Die richtige Balance zwischen Mensch und Maschine
Unzählige Start-ups vermitteln den Eindruck, die besten Technologien und Must-haves auf Lager zu haben, um Digitalisierung und zunehmenden Wettbewerbsdruck erfolgreich zu begegnen. Keine Frage, KI ist die Technologie mit dem disruptivsten Potenzial im Einzelhandel. Auf Unternehmens- und auf Kundenseite wird sie zu einem tief greifenden Wandel führen. Herstellungsprozesse, Logistik, Personalplanung und strategische Weiterentwicklung wird durch KI neu konfiguriert. Nutzer und Mitarbeiter operieren zukünftig mithilfe von KI-fähigen Systemen, Plattformen und Applikationen. KI-Technologien werden zum Navigator durch das Tagesgeschäft und unserem Konsumleben gleichermaßen.

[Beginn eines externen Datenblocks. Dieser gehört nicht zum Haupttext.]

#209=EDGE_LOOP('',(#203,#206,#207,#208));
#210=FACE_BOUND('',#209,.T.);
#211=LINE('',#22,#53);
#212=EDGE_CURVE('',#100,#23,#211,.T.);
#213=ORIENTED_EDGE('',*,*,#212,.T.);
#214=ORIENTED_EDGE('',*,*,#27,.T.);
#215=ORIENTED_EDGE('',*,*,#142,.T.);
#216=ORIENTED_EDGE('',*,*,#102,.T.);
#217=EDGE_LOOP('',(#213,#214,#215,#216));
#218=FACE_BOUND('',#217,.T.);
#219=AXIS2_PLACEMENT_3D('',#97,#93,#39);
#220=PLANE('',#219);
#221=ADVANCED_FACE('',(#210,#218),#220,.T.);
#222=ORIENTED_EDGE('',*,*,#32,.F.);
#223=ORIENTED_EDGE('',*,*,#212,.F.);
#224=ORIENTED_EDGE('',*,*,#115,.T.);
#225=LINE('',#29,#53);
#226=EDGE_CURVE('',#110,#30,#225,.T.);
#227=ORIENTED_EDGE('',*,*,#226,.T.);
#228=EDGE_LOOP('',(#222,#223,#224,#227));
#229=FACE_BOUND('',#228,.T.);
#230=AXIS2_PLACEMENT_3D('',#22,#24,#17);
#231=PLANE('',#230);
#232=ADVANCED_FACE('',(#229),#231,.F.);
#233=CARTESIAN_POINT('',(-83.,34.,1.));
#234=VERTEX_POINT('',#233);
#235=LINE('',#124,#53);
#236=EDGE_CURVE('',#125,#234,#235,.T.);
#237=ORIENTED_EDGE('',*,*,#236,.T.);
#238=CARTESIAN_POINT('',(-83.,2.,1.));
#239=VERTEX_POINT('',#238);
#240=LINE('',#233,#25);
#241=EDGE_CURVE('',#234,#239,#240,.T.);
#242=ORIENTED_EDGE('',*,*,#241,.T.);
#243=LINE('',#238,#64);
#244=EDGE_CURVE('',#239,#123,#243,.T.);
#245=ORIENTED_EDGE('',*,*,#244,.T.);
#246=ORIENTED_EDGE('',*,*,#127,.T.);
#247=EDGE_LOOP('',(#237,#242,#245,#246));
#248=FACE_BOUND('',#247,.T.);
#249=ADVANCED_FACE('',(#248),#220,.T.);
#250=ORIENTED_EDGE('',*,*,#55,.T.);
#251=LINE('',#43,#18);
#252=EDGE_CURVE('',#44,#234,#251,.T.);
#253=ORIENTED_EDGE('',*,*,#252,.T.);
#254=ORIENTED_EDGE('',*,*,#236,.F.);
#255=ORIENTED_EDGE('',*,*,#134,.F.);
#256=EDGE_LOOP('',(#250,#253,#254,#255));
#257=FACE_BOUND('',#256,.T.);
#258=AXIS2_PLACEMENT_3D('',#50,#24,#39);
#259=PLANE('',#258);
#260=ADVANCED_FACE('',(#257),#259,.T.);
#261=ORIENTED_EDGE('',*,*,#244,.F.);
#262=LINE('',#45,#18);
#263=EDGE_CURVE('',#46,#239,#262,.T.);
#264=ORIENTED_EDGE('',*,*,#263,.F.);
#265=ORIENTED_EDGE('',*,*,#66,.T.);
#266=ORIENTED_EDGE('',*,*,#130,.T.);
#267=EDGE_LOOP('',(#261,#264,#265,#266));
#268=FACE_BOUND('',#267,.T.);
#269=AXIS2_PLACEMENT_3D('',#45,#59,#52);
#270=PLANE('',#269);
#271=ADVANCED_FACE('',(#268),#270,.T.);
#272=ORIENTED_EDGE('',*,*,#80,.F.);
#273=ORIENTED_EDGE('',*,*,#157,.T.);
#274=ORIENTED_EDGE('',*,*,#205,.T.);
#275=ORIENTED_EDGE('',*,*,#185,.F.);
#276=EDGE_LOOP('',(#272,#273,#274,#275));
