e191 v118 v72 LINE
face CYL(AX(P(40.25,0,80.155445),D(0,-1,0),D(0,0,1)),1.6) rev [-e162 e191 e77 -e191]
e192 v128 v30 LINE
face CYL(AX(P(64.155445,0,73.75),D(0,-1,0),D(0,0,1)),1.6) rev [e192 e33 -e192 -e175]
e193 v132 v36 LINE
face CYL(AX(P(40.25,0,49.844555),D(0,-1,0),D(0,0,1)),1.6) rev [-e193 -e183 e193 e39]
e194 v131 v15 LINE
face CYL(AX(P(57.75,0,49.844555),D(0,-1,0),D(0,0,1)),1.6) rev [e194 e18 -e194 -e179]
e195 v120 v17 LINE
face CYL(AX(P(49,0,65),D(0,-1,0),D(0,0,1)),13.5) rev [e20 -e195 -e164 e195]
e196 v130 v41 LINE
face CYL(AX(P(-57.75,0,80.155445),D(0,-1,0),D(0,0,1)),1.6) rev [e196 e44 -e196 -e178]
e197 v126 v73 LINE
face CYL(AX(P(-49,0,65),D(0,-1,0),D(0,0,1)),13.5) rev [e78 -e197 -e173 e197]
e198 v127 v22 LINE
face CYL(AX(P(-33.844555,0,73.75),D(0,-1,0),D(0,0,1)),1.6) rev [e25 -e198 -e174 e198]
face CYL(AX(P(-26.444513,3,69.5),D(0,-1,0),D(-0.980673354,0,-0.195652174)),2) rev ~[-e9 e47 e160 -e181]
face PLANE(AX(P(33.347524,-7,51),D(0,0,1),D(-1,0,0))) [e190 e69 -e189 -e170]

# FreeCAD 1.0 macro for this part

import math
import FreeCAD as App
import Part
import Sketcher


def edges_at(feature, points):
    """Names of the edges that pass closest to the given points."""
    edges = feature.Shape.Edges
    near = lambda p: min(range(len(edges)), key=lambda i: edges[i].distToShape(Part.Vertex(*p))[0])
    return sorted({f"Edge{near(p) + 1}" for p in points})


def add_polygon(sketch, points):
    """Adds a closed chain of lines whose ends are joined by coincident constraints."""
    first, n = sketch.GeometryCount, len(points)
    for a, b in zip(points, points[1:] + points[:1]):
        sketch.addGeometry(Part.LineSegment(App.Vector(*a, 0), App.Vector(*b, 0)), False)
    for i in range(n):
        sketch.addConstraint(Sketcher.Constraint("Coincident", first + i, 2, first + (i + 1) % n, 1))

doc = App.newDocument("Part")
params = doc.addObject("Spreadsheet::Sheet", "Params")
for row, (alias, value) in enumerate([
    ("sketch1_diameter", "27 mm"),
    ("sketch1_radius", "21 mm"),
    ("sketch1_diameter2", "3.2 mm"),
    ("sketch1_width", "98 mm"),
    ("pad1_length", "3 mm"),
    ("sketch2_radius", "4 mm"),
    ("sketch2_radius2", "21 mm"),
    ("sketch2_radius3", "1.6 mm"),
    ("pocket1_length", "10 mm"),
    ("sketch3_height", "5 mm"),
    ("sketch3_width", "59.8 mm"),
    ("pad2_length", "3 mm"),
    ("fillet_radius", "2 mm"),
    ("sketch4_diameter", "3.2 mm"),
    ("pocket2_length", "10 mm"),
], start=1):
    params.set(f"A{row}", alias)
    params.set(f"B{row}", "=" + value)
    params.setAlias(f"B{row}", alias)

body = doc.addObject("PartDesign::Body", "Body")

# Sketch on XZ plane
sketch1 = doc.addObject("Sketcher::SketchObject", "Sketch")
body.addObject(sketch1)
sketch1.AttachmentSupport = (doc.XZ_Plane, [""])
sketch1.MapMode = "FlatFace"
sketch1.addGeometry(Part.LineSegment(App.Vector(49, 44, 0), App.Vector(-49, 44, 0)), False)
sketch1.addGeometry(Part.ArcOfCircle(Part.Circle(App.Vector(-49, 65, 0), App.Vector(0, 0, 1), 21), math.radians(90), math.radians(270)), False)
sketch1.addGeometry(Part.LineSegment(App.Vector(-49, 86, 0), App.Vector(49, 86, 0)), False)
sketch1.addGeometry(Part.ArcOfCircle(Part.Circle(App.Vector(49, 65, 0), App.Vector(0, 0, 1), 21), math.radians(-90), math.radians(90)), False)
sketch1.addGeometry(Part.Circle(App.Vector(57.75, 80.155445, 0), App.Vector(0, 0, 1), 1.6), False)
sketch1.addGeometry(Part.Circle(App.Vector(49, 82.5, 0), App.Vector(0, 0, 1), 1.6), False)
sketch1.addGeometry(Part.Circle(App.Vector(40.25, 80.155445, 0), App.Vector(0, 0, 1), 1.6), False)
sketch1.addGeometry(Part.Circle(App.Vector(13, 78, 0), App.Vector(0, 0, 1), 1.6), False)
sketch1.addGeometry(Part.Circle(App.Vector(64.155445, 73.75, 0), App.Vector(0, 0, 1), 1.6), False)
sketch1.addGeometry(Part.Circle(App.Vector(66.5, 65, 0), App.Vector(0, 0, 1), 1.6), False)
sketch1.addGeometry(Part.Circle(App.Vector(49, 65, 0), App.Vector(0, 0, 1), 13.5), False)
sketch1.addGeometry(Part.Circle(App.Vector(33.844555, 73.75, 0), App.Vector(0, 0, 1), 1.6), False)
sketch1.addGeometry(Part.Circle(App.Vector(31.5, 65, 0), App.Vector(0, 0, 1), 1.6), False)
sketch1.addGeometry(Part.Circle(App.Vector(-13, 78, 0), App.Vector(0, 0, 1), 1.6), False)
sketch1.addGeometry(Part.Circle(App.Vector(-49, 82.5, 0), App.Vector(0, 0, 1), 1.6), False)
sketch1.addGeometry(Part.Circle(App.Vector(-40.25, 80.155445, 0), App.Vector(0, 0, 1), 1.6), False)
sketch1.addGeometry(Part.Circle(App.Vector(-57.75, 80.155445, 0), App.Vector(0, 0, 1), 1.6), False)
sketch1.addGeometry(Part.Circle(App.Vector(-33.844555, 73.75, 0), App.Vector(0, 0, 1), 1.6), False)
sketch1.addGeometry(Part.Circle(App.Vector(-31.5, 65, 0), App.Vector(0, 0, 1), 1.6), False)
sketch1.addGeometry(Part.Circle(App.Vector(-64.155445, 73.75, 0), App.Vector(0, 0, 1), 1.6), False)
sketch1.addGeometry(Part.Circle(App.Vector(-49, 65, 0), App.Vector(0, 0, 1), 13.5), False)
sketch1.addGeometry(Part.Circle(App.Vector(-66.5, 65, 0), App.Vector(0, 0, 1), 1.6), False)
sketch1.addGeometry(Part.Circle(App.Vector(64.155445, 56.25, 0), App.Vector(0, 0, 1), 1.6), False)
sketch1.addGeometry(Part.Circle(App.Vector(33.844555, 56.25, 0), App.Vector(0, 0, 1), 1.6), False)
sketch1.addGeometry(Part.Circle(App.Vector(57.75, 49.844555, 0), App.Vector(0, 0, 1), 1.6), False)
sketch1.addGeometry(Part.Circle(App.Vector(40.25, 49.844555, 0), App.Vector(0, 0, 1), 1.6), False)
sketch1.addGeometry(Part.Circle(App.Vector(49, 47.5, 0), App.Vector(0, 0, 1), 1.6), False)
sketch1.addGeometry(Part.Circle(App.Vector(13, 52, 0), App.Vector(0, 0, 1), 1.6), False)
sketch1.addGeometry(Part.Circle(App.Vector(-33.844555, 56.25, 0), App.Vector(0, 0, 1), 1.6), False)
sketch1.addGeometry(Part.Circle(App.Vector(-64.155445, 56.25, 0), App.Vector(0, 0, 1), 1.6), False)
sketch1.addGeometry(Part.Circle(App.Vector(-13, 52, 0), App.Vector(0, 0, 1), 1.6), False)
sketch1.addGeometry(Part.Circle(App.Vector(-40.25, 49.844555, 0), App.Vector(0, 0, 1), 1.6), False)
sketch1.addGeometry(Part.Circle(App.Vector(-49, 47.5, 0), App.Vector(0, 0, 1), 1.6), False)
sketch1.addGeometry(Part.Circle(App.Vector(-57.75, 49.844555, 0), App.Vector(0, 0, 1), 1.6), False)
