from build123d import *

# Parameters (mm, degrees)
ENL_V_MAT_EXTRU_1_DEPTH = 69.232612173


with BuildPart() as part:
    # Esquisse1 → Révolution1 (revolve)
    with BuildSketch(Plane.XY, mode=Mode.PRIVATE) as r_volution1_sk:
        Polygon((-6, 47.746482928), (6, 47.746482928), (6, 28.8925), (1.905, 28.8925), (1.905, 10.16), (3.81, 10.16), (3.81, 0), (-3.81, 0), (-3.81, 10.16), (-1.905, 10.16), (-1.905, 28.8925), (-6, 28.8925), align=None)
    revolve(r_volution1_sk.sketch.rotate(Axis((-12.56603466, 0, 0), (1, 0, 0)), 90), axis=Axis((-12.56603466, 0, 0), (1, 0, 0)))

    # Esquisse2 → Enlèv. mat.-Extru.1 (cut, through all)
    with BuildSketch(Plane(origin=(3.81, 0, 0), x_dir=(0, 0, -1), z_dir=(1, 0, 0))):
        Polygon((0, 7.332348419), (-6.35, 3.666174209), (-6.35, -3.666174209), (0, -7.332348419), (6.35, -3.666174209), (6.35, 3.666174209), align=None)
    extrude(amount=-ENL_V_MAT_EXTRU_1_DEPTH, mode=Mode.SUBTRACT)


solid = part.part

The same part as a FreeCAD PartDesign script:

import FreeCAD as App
import Part
import Sketcher

V = App.Vector
Q = App.Units.Quantity


def add_polygon(sketch, points):
    """Adds a closed chain of lines whose ends are joined by coincident constraints."""
    first, n = sketch.GeometryCount, len(points)
    for a, b in zip(points, points[1:] + points[:1]):
        sketch.addGeometry(Part.LineSegment(App.Vector(*a, 0), App.Vector(*b, 0)), False)
    for i in range(n):
        sketch.addConstraint(Sketcher.Constraint("Coincident", first + i, 2, first + (i + 1) % n, 1))

doc = App.newDocument("Part")
params = doc.addObject("Spreadsheet::Sheet", "Params")
for row, (alias, value) in enumerate([
    ("sketch1_width", "0.3 in"),
    ("sketch1_height", "0.4 in"),
    ("sketch1_width2", "0.075 in"),
    ("revolution_angle", "360 deg"),
], start=1):
    params.set(f"A{row}", alias)
    params.set(f"B{row}", "=" + value)
    params.setAlias(f"B{row}", alias)

body = doc.addObject("PartDesign::Body", "Body")

# Sketch on XY plane
sketch1 = doc.addObject("Sketcher::SketchObject", "Sketch")
body.addObject(sketch1)
sketch1.AttachmentSupport = (doc.XY_Plane, [""])
sketch1.MapMode = "FlatFace"
add_polygon(sketch1, [(6, 47.746483), (-6, 47.746483), (-6, 28.8925), (-1.905, 28.8925), (-1.905, 10.16), (-3.81, 10.16), (-3.81, 0), (3.81, 0), (3.81, 10.16), (1.905, 10.16), (1.905, 28.8925), (6, 28.8925)])  # lines 0-11
sketch1.addConstraint(Sketcher.Constraint("Horizontal", 0))
sketch1.addConstraint(Sketcher.Constraint("Vertical", 1))
sketch1.addConstraint(Sketcher.Constraint("Horizontal", 2))
sketch1.addConstraint(Sketcher.Constraint("Vertical", 3))
sketch1.addConstraint(Sketcher.Constraint("Horizontal", 4))
sketch1.addConstraint(Sketcher.Constraint("Vertical", 5))
sketch1.addConstraint(Sketcher.Constraint("Horizontal", 6))
sketch1.addConstraint(Sketcher.Constraint("Vertical", 7))
sketch1.addConstraint(Sketcher.Constraint("Horizontal", 8))
sketch1.addConstraint(Sketcher.Constraint("Vertical", 9))
sketch1.addConstraint(Sketcher.Constraint("Horizontal", 10))
sketch1.addConstraint(Sketcher.Constraint("Vertical", 11))
sketch1.addConstraint(Sketcher.Constraint("Symmetric", 5, 2, 6, 2, -1, 1))
sketch1.addConstraint(Sketcher.Constraint("Symmetric", 3, 2, 8, 2, -2))
sketch1.addConstraint(Sketcher.Constraint("Symmetric", 1, 2, 10, 2, -2))
sketch1.addConstraint(Sketcher.Constraint("DistanceX", 6, 1, 6, 2, Q("0.3 in")))
sketch1.addConstraint(Sketcher.Constraint("DistanceY", 5, 2, 5, 1, Q("0.4 in")))
sketch1.addConstraint(Sketcher.Constraint("DistanceX", 4, 2, 4, 1, Q("0.075 in")))
sketch1.addConstraint(Sketcher.Constraint("DistanceY", 3, 2, 3, 1, Q("0.7375 in")))
sketch1.addConstraint(Sketcher.Constraint("DistanceX", 0, 2, 0, 1, 12.0))
sketch1.addConstraint(Sketcher.Constraint("DistanceY", 1, 2, 1, 1, 18.853983))
sketch1.setExpression("Constraints[27]", "Params.sketch1_width")
sketch1.setExpression("Constraints[28]", "Params.sketch1_height")
sketch1.setExpression("Constraints[29]", "Params.sketch1_width2")
revolution = doc.addObject("PartDesign::Revolution", "Revolution")
body.addObject(revolution)
revolution.Profile = sketch1
revolution.ReferenceAxis = (sketch1, ["H_Axis"])
revolution.setExpression("Angle", "Params.revolution_angle")

# Sketch on YZ plane
sketch2 = doc.addObject("Sketcher::SketchObject", "Sketch001")
body.addObject(sketch2)
sketch2.AttachmentSupport = (doc.YZ_Plane, [""])
sketch2.MapMode = "FlatFace"
sketch2.AttachmentOffset = App.Placement(V(0, 0, 0.15 * 25.4), App.Rotation())
add_polygon(sketch2, [(7.332348, 0), (3.666174, 6.35), (-3.666174, 6.35), (-7.332348, 0), (-3.666174, -6.35), (3.666174, -6.35)])  # lines 0-5
sketch2.addConstraint(Sketcher.Constraint("Horizontal", 1))
sketch2.addConstraint(Sketcher.Constraint("Horizontal", 4))
sketch2.addConstraint(Sketcher.Constraint("Symmetric", 0, 2, 3, 2, -1, 1))
sketch2.addConstraint(Sketcher.Constraint("Symmetric", 2, 2, 5, 2, -1, 1))
sketch2.addConstraint(Sketcher.Constraint("PointOnObject", 2, 2, -1))
sketch2.addConstraint(Sketcher.Constraint("Parallel", 2, 5))
sketch2.addConstraint(Sketcher.Constraint("Vertical", 1, 2, 3, 2))
sketch2.addConstraint(Sketcher.Constraint("Angle", 0, Q("120 deg")))
sketch2.addConstraint(Sketcher.Constraint("DistanceY", 3, 2, 1, 2, Q("0.5 in")))
sketch2.addConstraint(Sketcher.Constraint("DistanceX", 1, 2, 1, 1, 7.332348))
pocket1 = doc.addObject("PartDesign::Pocket", "Pocket")
body.addObject(pocket1)
pocket1.Profile = sketch2
pocket1.Type = "ThroughAll"

doc.recompute()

Dennoch gibt es keine Technologie, die wir als allgemein notwendig oder grundlegend Erfolgs-steigernd klassifizieren könnten. Die Wahl der Komponenten ist für jedes Unternehmen individuell zu bewerten. Es hängt von der jeweiligen Marktpositionierung, der Markenessenz und dem Kundenerlebnis ab. Ein guter Ansatz ist in diesem Fall erst das Kundenerlebnis in Bezug auf den Markenkern zu gestalten und anschließend die Auswahl der richtigen Technologie an diesem Ziel auszurichten. Digitalisierung ist kein Selbstzweck. Es ist im besten Fall die perfekte Infrastruktur für Markenerlebnisse mit Relevanz. In einer globalisierten Wirtschaft gibt es keine einzigartigen Produkte. Der einzigartige Verkaufsprozess wird nun zum entscheidenden Produkt.
Setzen wir den Purpose-Trend, Digitalisierung und human-centered Design in Bezug, so können wir konstatieren, dass es darum geht, das Beste aus der realen und virtuellen Welt miteinander zu kombinieren. Wir brauchen die menschliche Kreativität um zunehmender Komplexität begegnen zu können. Je digitaler die Retail Konzepte angelegt werden, umso wichtiger wird gleichzeitig die menschliche Begegnung. Crossfunktionale Zusammenarbeit zwischen KI und Mensch ist ein wichtiger Baustein in der Entwicklung von Retail Design. Aus diesem Grund brauchen wir nicht nur Daten- und Technologieexperten, sondern auch jene, die die Menschen adäquat für die Erfordernisse dieser Entwicklungen trainieren und unterstützen.